**Exercise aim:** Please give back word for word the lines of the material below between the line containing "e45 v42 v41" and the line containing "e75 v67 v67", inclusive.

------------------------------------

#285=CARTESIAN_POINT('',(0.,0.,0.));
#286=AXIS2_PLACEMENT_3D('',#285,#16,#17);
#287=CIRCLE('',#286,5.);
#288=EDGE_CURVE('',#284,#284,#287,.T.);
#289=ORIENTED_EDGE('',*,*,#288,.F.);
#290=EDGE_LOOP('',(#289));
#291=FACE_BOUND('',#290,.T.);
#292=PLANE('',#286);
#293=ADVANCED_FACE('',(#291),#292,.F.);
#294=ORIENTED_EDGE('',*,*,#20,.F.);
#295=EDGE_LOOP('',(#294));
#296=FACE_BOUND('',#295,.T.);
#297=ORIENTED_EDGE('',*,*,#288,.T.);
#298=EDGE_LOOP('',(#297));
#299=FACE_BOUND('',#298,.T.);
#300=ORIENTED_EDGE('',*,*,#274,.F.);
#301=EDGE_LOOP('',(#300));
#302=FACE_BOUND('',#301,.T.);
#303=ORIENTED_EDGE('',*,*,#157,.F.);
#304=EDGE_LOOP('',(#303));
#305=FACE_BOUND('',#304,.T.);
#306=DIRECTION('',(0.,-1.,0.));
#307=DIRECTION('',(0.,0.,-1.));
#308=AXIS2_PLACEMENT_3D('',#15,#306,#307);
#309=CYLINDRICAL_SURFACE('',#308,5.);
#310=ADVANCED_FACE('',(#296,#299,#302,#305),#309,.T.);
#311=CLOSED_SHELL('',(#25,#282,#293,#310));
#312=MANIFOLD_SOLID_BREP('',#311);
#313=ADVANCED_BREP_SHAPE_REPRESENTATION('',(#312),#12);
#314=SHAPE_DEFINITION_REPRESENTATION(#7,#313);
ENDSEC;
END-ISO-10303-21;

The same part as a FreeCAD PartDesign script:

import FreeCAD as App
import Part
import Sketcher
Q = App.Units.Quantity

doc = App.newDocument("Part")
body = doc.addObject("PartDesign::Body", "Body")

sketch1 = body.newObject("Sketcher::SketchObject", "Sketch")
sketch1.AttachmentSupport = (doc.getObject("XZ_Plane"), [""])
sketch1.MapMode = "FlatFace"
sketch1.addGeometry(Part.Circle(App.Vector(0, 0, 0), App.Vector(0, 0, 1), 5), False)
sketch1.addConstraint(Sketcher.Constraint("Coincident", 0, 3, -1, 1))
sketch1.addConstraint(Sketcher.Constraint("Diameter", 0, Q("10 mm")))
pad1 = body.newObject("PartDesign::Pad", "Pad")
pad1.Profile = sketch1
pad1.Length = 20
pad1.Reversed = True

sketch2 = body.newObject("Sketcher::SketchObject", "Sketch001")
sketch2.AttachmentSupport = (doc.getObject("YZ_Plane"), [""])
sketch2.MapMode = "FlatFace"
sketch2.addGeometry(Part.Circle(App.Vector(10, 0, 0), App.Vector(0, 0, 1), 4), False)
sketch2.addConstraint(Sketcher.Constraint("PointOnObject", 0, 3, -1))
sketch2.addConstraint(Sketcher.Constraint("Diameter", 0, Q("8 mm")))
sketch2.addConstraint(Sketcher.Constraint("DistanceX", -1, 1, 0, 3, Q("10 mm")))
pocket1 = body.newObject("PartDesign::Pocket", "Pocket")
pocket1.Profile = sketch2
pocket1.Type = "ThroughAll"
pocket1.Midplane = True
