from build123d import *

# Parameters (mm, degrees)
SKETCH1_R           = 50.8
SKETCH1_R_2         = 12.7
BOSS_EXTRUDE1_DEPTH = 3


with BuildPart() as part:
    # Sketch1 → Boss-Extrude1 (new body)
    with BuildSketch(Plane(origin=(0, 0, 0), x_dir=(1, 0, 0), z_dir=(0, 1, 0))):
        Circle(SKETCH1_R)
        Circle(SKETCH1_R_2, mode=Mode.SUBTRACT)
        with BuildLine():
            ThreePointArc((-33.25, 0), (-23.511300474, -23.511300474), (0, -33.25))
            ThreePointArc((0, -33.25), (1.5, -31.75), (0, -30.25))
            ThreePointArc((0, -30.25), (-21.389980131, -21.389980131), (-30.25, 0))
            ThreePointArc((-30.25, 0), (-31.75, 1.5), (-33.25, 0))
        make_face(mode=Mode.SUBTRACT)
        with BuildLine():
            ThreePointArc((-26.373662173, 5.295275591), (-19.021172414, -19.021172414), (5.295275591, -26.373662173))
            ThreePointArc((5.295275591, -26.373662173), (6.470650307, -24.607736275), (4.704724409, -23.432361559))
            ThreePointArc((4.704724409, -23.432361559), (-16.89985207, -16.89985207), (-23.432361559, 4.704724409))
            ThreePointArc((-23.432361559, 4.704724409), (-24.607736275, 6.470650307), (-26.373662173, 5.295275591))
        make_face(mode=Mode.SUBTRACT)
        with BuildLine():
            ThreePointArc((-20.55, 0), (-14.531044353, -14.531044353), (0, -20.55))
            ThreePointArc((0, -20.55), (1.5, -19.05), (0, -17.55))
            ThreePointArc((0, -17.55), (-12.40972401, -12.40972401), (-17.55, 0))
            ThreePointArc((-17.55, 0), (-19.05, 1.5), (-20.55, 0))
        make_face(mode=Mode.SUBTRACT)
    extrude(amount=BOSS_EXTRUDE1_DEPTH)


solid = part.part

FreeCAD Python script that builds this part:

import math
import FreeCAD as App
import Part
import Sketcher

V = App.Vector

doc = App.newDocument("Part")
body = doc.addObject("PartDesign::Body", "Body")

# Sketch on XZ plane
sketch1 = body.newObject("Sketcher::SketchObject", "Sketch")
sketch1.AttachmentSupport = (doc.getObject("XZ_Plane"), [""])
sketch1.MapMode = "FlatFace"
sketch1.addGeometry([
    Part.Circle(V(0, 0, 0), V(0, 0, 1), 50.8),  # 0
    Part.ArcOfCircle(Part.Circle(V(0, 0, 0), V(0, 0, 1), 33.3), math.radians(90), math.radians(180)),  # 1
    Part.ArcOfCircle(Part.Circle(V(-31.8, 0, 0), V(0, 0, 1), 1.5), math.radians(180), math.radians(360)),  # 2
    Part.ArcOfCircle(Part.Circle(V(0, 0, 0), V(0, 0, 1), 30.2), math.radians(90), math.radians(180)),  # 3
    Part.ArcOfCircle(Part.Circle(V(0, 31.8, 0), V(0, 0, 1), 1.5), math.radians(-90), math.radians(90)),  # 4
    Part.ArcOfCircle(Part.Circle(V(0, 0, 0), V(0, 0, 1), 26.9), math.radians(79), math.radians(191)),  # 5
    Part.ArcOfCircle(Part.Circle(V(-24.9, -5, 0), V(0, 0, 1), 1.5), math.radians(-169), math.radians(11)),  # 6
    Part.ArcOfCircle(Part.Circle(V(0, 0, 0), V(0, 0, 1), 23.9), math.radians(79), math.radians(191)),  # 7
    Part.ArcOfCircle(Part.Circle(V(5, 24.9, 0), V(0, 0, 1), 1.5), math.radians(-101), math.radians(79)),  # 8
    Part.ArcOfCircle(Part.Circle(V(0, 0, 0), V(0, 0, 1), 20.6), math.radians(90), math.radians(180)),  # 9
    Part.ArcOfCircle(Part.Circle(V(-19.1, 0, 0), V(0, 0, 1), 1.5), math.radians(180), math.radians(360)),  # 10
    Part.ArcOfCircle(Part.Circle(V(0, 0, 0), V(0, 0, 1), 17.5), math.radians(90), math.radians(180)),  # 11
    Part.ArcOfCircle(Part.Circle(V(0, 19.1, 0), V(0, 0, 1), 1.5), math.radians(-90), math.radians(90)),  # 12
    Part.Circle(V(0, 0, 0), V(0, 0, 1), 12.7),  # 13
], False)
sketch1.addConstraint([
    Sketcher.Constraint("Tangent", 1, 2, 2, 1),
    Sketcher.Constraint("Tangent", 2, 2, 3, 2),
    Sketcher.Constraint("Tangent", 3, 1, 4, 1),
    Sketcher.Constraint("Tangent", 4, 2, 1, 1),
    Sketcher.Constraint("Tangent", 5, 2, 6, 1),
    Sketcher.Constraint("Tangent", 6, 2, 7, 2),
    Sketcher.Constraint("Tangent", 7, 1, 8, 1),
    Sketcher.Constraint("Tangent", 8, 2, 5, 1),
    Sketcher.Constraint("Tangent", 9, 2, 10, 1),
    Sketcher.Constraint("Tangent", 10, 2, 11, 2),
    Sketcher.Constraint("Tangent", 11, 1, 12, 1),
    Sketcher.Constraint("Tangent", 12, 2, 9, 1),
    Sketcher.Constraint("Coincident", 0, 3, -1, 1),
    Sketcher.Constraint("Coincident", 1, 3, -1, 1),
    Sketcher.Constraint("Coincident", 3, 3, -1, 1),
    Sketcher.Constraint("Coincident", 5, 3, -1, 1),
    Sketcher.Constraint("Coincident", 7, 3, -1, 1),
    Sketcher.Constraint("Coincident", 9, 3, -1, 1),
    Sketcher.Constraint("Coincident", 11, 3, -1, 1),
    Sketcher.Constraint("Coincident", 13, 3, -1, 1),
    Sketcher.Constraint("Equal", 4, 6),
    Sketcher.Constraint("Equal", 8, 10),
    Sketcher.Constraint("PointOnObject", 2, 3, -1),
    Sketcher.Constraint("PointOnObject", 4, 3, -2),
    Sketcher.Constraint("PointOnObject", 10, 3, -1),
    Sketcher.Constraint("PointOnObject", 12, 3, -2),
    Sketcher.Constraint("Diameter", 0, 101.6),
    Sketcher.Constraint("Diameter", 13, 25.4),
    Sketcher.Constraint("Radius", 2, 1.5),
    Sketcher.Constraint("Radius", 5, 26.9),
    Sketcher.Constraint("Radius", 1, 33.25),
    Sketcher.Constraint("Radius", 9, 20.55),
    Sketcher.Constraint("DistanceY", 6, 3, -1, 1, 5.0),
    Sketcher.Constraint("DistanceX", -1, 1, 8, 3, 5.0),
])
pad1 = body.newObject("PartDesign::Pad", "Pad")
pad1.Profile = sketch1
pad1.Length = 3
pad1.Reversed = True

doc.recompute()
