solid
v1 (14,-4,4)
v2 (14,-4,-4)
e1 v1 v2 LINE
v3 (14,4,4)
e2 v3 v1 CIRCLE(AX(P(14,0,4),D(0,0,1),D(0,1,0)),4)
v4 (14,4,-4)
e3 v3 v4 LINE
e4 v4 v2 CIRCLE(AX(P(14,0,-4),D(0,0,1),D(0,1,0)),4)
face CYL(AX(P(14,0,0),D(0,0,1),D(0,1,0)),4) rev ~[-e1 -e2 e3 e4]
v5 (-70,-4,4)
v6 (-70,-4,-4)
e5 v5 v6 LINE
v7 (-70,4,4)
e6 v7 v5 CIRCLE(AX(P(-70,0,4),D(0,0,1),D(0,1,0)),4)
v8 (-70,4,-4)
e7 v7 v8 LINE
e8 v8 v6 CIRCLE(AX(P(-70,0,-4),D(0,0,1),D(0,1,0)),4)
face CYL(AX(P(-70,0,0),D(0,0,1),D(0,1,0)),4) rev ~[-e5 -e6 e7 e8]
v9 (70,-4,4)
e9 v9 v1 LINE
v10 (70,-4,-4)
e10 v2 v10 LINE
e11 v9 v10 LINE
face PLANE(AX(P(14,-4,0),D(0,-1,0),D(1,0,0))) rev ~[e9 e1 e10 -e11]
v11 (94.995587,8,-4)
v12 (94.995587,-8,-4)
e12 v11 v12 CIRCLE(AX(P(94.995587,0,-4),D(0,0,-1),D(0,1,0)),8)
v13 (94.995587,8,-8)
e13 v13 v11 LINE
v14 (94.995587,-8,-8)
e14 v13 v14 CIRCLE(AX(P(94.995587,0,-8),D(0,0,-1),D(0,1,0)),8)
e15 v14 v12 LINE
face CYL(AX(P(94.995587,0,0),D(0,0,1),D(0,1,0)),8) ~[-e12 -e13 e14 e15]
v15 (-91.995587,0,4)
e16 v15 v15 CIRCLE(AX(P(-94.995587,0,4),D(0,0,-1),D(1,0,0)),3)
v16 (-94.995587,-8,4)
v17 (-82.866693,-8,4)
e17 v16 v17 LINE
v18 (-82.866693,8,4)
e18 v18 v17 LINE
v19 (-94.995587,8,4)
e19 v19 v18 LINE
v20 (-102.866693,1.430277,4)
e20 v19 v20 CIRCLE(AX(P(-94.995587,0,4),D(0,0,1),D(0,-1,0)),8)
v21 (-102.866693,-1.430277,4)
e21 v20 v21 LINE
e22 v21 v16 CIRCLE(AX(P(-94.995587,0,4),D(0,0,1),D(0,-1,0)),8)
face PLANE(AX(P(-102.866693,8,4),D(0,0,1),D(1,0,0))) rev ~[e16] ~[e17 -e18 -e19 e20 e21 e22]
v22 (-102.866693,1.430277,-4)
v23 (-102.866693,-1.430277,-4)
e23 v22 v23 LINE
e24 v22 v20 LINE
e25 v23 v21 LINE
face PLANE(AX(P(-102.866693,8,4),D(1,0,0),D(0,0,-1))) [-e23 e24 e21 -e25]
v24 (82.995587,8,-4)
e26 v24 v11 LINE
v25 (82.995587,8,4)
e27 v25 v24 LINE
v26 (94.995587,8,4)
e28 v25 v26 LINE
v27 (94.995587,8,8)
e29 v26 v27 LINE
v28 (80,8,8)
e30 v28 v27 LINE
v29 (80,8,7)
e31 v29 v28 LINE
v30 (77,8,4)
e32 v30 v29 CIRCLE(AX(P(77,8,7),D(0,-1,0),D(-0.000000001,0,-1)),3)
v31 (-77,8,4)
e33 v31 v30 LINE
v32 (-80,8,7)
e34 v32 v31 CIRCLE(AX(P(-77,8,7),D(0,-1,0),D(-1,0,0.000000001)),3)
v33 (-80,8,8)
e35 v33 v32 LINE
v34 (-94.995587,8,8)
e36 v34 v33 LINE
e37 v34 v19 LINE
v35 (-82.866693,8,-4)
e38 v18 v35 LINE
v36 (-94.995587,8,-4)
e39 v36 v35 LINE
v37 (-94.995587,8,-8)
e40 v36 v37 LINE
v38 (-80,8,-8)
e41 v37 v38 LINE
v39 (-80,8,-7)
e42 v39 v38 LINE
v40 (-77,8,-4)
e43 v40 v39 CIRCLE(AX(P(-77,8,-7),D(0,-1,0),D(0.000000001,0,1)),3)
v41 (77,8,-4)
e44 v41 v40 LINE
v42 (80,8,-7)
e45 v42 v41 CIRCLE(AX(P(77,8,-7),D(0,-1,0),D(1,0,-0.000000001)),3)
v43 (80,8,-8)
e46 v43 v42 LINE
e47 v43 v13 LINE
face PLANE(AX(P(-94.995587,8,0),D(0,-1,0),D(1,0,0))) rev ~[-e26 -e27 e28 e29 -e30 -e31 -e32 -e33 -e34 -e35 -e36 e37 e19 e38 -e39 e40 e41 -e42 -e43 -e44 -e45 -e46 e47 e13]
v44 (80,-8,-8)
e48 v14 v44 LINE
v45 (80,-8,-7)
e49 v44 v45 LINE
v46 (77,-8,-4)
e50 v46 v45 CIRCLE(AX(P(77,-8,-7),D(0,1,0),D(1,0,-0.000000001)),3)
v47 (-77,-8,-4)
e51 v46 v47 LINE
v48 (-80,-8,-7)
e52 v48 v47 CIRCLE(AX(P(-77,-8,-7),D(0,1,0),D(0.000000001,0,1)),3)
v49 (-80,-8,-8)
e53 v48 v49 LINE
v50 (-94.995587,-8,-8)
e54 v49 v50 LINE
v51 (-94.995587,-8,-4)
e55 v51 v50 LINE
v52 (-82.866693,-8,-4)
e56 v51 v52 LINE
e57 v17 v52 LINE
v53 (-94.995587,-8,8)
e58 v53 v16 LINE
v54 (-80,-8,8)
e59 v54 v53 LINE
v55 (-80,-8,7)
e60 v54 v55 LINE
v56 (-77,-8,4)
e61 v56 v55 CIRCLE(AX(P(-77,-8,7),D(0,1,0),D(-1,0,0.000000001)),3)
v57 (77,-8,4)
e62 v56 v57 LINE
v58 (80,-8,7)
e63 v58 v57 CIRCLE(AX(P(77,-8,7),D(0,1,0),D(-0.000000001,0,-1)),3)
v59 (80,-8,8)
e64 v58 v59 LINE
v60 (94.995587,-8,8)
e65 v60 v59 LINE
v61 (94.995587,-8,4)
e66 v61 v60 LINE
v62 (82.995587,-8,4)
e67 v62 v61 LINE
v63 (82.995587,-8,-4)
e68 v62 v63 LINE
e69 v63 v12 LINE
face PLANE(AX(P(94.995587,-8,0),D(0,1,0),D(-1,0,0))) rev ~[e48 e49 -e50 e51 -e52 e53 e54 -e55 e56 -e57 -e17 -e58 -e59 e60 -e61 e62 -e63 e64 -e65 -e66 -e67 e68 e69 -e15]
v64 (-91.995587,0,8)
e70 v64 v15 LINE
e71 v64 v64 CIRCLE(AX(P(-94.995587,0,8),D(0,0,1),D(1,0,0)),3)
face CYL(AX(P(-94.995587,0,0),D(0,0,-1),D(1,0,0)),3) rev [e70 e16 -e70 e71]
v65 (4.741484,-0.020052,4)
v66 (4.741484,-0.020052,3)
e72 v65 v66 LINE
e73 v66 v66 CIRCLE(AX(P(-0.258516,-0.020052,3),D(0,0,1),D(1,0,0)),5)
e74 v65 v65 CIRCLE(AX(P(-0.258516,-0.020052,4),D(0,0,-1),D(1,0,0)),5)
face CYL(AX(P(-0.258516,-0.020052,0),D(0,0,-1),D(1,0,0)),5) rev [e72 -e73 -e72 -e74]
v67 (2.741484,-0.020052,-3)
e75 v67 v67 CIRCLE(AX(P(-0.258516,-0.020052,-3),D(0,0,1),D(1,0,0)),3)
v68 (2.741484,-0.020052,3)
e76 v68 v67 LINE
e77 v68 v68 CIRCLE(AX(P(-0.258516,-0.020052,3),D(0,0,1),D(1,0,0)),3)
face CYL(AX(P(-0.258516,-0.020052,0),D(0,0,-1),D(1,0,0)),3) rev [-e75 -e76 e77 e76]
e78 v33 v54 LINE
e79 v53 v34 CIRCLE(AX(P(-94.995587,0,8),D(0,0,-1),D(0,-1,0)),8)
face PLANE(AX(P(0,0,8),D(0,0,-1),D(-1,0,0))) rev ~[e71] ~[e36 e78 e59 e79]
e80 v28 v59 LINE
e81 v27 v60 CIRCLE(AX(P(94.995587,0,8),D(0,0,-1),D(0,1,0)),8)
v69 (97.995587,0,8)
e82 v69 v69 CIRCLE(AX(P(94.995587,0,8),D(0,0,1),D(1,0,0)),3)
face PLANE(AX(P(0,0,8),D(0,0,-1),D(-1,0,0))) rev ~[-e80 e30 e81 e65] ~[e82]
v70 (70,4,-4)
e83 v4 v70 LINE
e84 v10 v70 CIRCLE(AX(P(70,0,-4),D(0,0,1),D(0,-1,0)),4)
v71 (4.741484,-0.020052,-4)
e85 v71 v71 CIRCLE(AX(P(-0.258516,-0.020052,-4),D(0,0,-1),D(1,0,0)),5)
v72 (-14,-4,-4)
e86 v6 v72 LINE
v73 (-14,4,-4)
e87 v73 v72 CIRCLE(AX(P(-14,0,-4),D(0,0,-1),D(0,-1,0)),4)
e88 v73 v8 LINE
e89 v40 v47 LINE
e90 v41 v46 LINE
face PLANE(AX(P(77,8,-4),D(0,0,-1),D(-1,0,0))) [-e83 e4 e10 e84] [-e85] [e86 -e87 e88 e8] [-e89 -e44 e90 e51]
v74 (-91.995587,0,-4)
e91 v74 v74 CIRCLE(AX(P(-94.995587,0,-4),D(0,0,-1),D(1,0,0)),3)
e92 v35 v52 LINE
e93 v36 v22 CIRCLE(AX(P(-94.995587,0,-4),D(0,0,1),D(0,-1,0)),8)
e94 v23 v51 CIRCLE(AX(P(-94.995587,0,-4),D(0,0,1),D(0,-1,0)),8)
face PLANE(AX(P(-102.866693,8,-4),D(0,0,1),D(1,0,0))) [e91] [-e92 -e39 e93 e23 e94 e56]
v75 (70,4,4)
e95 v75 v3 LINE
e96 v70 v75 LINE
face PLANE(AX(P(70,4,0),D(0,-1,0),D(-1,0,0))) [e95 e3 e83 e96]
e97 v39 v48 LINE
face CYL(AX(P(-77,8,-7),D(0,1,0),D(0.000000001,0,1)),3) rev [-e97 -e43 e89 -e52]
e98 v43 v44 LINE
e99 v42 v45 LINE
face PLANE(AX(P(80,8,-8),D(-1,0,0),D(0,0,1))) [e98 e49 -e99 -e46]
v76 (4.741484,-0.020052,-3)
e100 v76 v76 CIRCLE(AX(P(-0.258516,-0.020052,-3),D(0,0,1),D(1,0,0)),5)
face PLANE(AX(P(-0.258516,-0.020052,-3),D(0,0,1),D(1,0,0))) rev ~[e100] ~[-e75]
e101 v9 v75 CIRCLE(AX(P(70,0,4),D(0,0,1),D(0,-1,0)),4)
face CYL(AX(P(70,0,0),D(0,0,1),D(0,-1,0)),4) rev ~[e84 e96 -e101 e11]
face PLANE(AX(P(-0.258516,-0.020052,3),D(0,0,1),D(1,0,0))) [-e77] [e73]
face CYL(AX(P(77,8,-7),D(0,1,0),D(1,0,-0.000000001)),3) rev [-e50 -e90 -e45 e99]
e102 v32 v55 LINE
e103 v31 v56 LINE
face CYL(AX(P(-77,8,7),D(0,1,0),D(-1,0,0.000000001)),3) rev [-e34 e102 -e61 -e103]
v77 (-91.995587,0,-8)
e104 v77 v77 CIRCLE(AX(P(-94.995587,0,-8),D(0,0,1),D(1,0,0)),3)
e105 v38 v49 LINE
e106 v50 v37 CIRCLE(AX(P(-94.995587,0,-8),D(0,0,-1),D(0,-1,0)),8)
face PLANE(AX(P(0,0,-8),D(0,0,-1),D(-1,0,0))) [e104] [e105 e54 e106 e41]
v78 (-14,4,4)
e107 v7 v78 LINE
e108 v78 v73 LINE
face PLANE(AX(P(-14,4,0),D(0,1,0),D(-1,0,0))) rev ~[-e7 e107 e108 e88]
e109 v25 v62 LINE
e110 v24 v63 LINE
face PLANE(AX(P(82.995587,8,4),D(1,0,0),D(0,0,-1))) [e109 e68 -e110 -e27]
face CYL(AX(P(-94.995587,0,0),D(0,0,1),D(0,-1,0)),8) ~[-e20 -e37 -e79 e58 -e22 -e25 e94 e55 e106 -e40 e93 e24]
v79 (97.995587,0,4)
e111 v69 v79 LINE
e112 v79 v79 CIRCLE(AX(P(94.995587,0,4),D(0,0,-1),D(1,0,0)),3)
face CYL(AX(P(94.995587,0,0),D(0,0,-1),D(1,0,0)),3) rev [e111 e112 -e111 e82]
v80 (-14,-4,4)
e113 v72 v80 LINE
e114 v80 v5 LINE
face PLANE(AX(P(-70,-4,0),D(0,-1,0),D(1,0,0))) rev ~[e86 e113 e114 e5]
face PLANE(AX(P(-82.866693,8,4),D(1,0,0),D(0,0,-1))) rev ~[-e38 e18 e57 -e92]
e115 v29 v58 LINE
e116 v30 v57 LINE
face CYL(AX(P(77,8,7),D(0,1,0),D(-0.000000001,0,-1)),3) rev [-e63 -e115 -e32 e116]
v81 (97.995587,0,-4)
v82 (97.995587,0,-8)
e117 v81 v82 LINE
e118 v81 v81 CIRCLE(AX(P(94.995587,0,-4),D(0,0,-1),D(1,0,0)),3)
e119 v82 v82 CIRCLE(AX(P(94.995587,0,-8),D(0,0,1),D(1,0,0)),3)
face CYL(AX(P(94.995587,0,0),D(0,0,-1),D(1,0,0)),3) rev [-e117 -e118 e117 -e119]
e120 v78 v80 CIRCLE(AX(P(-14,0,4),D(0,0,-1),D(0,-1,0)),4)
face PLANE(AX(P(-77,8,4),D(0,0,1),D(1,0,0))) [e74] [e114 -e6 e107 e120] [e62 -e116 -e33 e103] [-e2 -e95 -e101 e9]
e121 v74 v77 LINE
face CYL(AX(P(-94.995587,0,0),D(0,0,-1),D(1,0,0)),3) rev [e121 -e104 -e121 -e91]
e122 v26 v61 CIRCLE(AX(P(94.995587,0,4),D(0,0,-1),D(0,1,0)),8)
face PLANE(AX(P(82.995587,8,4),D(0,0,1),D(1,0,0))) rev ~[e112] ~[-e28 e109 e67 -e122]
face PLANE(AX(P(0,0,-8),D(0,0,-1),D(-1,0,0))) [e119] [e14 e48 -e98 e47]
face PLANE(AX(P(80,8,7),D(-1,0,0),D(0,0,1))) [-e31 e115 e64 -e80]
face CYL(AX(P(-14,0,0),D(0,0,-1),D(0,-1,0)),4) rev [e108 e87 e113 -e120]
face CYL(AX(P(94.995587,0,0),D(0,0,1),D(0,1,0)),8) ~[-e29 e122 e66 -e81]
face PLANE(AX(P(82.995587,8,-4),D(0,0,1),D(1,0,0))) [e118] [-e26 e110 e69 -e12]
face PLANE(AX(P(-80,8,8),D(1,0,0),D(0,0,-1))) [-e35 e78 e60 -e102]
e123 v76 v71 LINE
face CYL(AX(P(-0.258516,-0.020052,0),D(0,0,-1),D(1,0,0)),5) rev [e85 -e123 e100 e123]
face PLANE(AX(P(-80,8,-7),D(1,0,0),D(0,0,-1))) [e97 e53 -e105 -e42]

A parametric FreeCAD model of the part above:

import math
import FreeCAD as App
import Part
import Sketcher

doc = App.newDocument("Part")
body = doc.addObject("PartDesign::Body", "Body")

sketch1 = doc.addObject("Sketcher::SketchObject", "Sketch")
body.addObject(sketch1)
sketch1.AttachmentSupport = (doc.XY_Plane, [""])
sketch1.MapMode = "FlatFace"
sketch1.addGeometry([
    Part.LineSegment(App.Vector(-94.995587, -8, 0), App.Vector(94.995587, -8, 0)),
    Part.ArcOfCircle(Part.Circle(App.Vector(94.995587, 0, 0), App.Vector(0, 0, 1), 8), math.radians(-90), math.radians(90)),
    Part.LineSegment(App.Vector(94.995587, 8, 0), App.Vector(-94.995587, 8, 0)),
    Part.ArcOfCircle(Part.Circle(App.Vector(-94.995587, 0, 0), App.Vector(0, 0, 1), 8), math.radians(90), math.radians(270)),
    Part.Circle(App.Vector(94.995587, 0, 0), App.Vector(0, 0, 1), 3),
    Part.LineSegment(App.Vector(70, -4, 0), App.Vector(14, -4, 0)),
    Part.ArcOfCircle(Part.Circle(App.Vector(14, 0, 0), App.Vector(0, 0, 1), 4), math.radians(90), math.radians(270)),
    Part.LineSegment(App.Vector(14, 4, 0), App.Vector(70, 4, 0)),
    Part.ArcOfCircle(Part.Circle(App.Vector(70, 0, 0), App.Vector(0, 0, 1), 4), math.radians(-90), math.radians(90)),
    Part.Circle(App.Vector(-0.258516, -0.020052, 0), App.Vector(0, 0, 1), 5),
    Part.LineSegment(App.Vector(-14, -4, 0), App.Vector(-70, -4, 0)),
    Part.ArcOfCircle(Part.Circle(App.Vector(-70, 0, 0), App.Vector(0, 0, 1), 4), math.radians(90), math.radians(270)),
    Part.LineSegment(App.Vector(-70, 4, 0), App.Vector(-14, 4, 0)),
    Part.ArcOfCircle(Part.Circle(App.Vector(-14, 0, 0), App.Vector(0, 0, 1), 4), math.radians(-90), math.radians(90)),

------------------------------------

**Answer to this task:**
e45 v42 v41 CIRCLE(AX(P(77,8,-7),D(0,-1,0),D(1,0,-0.000000001)),3)
v43 (80,8,-8)
e46 v43 v42 LINE
e47 v43 v13 LINE
face PLANE(AX(P(-94.995587,8,0),D(0,-1,0),D(1,0,0))) rev ~[-e26 -e27 e28 e29 -e30 -e31 -e32 -e33 -e34 -e35 -e36 e37 e19 e38 -e39 e40 e41 -e42 -e43 -e44 -e45 -e46 e47 e13]
v44 (80,-8,-8)
e48 v14 v44 LINE
v45 (80,-8,-7)
e49 v44 v45 LINE
v46 (77,-8,-4)
e50 v46 v45 CIRCLE(AX(P(77,-8,-7),D(0,1,0),D(1,0,-0.000000001)),3)
v47 (-77,-8,-4)
e51 v46 v47 LINE
v48 (-80,-8,-7)
e52 v48 v47 CIRCLE(AX(P(-77,-8,-7),D(0,1,0),D(0.000000001,0,1)),3)
v49 (-80,-8,-8)
e53 v48 v49 LINE
v50 (-94.995587,-8,-8)
e54 v49 v50 LINE
v51 (-94.995587,-8,-4)
e55 v51 v50 LINE
v52 (-82.866693,-8,-4)
e56 v51 v52 LINE
e57 v17 v52 LINE
v53 (-94.995587,-8,8)
e58 v53 v16 LINE
v54 (-80,-8,8)
e59 v54 v53 LINE
v55 (-80,-8,7)
e60 v54 v55 LINE
v56 (-77,-8,4)
e61 v56 v55 CIRCLE(AX(P(-77,-8,7),D(0,1,0),D(-1,0,0.000000001)),3)
v57 (77,-8,4)
e62 v56 v57 LINE
v58 (80,-8,7)
e63 v58 v57 CIRCLE(AX(P(77,-8,7),D(0,1,0),D(-0.000000001,0,-1)),3)
v59 (80,-8,8)
e64 v58 v59 LINE
v60 (94.995587,-8,8)
e65 v60 v59 LINE
v61 (94.995587,-8,4)
e66 v61 v60 LINE
v62 (82.995587,-8,4)
e67 v62 v61 LINE
v63 (82.995587,-8,-4)
e68 v62 v63 LINE
e69 v63 v12 LINE
face PLANE(AX(P(94.995587,-8,0),D(0,1,0),D(-1,0,0))) rev ~[e48 e49 -e50 e51 -e52 e53 e54 -e55 e56 -e57 -e17 -e58 -e59 e60 -e61 e62 -e63 e64 -e65 -e66 -e67 e68 e69 -e15]
v64 (-91.995587,0,8)
e70 v64 v15 LINE
e71 v64 v64 CIRCLE(AX(P(-94.995587,0,8),D(0,0,1),D(1,0,0)),3)
face CYL(AX(P(-94.995587,0,0),D(0,0,-1),D(1,0,0)),3) rev [e70 e16 -e70 e71]
v65 (4.741484,-0.020052,4)
v66 (4.741484,-0.020052,3)
e72 v65 v66 LINE
e73 v66 v66 CIRCLE(AX(P(-0.258516,-0.020052,3),D(0,0,1),D(1,0,0)),5)
e74 v65 v65 CIRCLE(AX(P(-0.258516,-0.020052,4),D(0,0,-1),D(1,0,0)),5)
face CYL(AX(P(-0.258516,-0.020052,0),D(0,0,-1),D(1,0,0)),5) rev [e72 -e73 -e72 -e74]
v67 (2.741484,-0.020052,-3)
e75 v67 v67 CIRCLE(AX(P(-0.258516,-0.020052,-3),D(0,0,1),D(1,0,0)),3)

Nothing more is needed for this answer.